A point mass of 1kg collides elastically with a stationary point mass of 5 kg. After their collision, the 1kg mass reverses its direction and moves with a speed of `2ms^-1`. Which of the following statements (s) is (are) correct for the system of these two masses?
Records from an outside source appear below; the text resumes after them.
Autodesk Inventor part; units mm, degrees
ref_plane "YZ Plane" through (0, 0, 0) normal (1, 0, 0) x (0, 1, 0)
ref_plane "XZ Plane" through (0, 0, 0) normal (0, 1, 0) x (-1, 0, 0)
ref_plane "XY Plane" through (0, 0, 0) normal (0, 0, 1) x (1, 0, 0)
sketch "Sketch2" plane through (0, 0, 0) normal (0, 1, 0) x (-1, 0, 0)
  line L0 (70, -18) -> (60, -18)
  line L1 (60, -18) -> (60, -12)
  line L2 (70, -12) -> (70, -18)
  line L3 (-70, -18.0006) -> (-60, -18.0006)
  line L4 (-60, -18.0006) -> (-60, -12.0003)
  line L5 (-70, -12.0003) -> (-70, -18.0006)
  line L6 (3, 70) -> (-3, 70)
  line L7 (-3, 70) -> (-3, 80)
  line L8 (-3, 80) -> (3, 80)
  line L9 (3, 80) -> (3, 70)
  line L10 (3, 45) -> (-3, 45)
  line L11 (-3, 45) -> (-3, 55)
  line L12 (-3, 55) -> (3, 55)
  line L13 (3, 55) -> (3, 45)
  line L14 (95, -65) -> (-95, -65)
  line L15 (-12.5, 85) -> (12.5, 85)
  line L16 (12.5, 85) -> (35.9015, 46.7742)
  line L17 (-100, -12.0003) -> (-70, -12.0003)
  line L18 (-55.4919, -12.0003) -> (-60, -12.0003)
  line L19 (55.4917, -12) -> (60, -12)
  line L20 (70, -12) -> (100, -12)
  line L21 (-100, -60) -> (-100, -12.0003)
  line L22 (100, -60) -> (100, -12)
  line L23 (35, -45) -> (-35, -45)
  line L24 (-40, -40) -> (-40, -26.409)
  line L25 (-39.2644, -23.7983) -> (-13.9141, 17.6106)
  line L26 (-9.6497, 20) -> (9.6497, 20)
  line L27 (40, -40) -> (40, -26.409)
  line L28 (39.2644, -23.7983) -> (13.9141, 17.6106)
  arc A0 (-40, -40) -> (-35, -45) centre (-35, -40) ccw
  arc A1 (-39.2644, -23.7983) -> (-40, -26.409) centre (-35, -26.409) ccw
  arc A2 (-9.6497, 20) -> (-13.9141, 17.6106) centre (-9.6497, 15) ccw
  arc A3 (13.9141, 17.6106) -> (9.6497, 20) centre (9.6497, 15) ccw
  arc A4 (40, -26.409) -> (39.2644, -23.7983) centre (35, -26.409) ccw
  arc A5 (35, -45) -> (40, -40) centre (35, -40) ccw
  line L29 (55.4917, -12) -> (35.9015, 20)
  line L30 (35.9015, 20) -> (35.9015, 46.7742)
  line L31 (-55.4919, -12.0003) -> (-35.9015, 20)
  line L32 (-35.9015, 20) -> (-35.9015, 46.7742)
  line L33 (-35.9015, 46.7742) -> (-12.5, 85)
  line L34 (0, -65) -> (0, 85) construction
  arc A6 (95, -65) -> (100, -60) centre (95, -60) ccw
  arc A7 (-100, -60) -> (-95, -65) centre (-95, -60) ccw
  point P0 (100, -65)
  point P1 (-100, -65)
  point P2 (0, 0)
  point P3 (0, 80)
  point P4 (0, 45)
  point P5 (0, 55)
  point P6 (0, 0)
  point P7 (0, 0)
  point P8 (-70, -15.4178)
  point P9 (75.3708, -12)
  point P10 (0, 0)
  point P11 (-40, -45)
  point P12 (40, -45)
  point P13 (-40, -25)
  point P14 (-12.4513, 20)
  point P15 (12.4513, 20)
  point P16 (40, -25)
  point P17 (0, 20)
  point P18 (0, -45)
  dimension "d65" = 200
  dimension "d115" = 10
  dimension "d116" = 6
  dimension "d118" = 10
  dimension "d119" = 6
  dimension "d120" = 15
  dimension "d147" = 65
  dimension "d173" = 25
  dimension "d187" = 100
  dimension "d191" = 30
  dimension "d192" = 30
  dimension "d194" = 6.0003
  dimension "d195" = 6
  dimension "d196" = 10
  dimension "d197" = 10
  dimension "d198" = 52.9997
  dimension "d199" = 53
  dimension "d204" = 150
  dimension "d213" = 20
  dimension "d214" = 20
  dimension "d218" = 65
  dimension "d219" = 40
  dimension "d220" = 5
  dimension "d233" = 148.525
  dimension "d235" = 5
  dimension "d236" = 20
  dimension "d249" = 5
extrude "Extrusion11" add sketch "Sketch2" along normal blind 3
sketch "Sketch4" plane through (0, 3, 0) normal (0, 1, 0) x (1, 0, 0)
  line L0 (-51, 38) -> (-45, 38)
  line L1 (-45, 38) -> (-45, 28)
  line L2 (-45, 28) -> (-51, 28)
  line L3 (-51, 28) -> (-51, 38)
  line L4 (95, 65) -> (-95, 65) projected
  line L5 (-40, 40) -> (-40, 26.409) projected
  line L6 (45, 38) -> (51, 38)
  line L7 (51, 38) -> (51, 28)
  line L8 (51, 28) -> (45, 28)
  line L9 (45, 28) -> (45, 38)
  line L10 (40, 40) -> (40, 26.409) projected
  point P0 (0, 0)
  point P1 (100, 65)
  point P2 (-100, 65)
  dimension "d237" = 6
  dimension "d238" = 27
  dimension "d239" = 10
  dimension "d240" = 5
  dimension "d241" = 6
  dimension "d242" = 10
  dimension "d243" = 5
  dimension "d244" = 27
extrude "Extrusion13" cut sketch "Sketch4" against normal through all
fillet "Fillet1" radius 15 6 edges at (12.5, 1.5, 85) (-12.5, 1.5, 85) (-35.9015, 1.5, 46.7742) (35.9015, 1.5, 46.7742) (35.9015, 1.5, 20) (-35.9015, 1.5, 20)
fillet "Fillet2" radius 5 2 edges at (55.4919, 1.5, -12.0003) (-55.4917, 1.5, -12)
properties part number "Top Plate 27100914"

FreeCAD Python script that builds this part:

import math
import FreeCAD as App
import Part
import Sketcher

V = App.Vector


def edges_at(feature, points):
    """Names of the edges that pass closest to the given points."""
    edges = feature.Shape.Edges
    near = lambda p: min(range(len(edges)), key=lambda i: edges[i].distToShape(Part.Vertex(*p))[0])
    return sorted({f"Edge{near(p) + 1}" for p in points})


def add_polygon(sketch, points):
    """Adds a closed chain of lines whose ends are joined by coincident constraints."""
    first, n = sketch.GeometryCount, len(points)
    for a, b in zip(points, points[1:] + points[:1]):
        sketch.addGeometry(Part.LineSegment(App.Vector(*a, 0), App.Vector(*b, 0)), False)
    for i in range(n):
        sketch.addConstraint(Sketcher.Constraint("Coincident", first + i, 2, first + (i + 1) % n, 1))

doc = App.newDocument("Part")
body = doc.addObject("PartDesign::Body", "Body")

# Sketch on XZ plane
sketch1 = body.newObject("Sketcher::SketchObject", "Sketch")
sketch1.AttachmentSupport = (doc.getObject("XZ_Plane"), [""])
sketch1.MapMode = "FlatFace"
sketch1.addGeometry(Part.LineSegment(V(-70, -12, 0), V(-70, -18, 0)), False)  # 0
sketch1.addGeometry(Part.LineSegment(V(-70, -18, 0), V(-60, -18, 0)), False)  # 1
sketch1.addGeometry(Part.LineSegment(V(-60, -18, 0), V(-60, -12, 0)), False)  # 2
sketch1.addGeometry(Part.LineSegment(V(-60, -12, 0), V(-55.4917, -12, 0)), False)  # 3
sketch1.addGeometry(Part.LineSegment(V(-55.4917, -12, 0), V(-35.9015, 20, 0)), False)  # 4
sketch1.addGeometry(Part.LineSegment(V(-35.9015, 20, 0), V(-35.9015, 46.7742, 0)), False)  # 5
sketch1.addGeometry(Part.LineSegment(V(-35.9015, 46.7742, 0), V(-12.5, 85, 0)), False)  # 6
sketch1.addGeometry(Part.LineSegment(V(-12.5, 85, 0), V(12.5, 85, 0)), False)  # 7
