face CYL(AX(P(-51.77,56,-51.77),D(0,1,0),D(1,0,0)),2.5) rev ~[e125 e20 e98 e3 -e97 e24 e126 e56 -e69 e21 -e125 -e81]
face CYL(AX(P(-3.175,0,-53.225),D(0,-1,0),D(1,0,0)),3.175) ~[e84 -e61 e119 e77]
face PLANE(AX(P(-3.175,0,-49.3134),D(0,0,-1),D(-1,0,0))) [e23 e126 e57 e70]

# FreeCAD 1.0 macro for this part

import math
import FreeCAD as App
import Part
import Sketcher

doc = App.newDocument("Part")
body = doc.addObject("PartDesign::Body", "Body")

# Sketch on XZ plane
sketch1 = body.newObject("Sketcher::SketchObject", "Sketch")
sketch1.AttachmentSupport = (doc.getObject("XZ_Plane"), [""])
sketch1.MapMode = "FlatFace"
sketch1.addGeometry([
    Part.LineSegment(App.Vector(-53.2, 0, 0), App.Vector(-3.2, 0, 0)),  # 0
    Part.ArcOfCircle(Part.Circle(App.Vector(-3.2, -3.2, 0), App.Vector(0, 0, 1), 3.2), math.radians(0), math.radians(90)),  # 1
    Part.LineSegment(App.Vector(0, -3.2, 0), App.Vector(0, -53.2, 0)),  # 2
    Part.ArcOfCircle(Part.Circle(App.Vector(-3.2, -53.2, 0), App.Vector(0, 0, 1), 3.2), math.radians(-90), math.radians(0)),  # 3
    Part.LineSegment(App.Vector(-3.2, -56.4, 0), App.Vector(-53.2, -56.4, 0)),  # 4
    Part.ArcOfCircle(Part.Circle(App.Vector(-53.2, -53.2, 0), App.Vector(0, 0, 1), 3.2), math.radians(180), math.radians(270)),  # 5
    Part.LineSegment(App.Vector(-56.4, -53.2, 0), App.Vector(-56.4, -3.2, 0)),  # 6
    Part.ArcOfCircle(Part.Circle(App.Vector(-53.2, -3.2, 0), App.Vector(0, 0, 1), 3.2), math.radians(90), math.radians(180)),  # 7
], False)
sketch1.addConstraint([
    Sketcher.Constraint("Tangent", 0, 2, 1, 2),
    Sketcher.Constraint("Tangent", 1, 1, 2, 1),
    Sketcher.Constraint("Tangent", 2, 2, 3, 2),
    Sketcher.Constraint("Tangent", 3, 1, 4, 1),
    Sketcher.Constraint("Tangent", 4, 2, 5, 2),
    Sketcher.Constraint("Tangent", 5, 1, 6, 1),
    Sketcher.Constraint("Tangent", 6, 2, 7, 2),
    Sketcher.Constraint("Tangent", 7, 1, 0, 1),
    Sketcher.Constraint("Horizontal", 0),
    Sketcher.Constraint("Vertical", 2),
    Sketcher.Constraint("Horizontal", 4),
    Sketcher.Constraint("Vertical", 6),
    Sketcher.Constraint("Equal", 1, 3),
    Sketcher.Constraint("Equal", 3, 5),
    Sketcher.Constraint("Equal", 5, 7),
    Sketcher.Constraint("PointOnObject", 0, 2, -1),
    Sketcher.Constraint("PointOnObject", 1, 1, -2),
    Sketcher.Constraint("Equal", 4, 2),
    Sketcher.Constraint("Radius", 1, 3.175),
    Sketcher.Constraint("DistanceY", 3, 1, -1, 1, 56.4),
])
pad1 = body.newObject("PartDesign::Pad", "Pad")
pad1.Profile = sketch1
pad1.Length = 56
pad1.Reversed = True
To solve the problem, we need to analyze the elastic collision between the two point masses: a 1 kg mass and a 5 kg mass. We will use the principles of conservation of momentum and conservation of kinetic energy, as both are conserved in elastic collisions. ### Step-by-Step Solution: 1. **Identify Initial Conditions**: - Mass \( m_1 = 1 \, \text{kg} \) (moving with an initial velocity \( u_1 \)) - Mass \( m_2 = 5 \, \text{kg} \) (initially at rest, so \( u_2 = 0 \)) - After the collision, the 1 kg mass reverses direction and moves with a speed of \( v_1 = -2 \, \text{m/s} \) (negative indicates the direction is reversed). - Let the final velocity of the 5 kg mass be \( v_2 \). 2. **Apply Conservation of Momentum**: \[ m_1 u_1 + m_2 u_2 = m_1 v_1 + m_2 v_2 \] Substituting the known values: \[ 1 \cdot u_1 + 5 \cdot 0 = 1 \cdot (-2) + 5 \cdot v_2 \] Simplifying gives: \[ u_1 = -2 + 5v_2 \quad \text{(Equation 1)} \] 3. **Apply Conservation of Kinetic Energy**: \[ \frac{1}{2} m_1 u_1^2 + \frac{1}{2} m_2 u_2^2 = \frac{1}{2} m_1 v_1^2 + \frac{1}{2} m_2 v_2^2 \] Substituting the known values: \[ \frac{1}{2} \cdot 1 \cdot u_1^2 + \frac{1}{2} \cdot 5 \cdot 0^2 = \frac{1}{2} \cdot 1 \cdot (-2)^2 + \frac{1}{2} \cdot 5 \cdot v_2^2 \] Simplifying gives: \[ \frac{1}{2} u_1^2 = 2 + \frac{5}{2} v_2^2 \quad \text{(Equation 2)} \] 4. **Solve the Equations**: - From Equation 1, express \( u_1 \): \[ u_1 = 5v_2 - 2 \] - Substitute \( u_1 \) into Equation 2: \[ \frac{1}{2} (5v_2 - 2)^2 = 2 + \frac{5}{2} v_2^2 \] - Expanding and simplifying: \[ \frac{1}{2} (25v_2^2 - 20v_2 + 4) = 2 + \frac{5}{2} v_2^2 \] \[ 25v_2^2 - 20v_2 + 4 = 4 + 5v_2^2 \] \[ 20v_2^2 - 20v_2 = 0 \] Factor out: \[ 20v_2(v_2 - 1) = 0 \] Thus, \( v_2 = 0 \) or \( v_2 = 1 \). 5. **Conclusion**: - The final velocities are: - \( v_1 = -2 \, \text{m/s} \) (1 kg mass) - \( v_2 = 1 \, \text{m/s} \) (5 kg mass) ### Final Statements: - The system conserves both momentum and kinetic energy. - The final velocities are consistent with the principles of elastic collisions.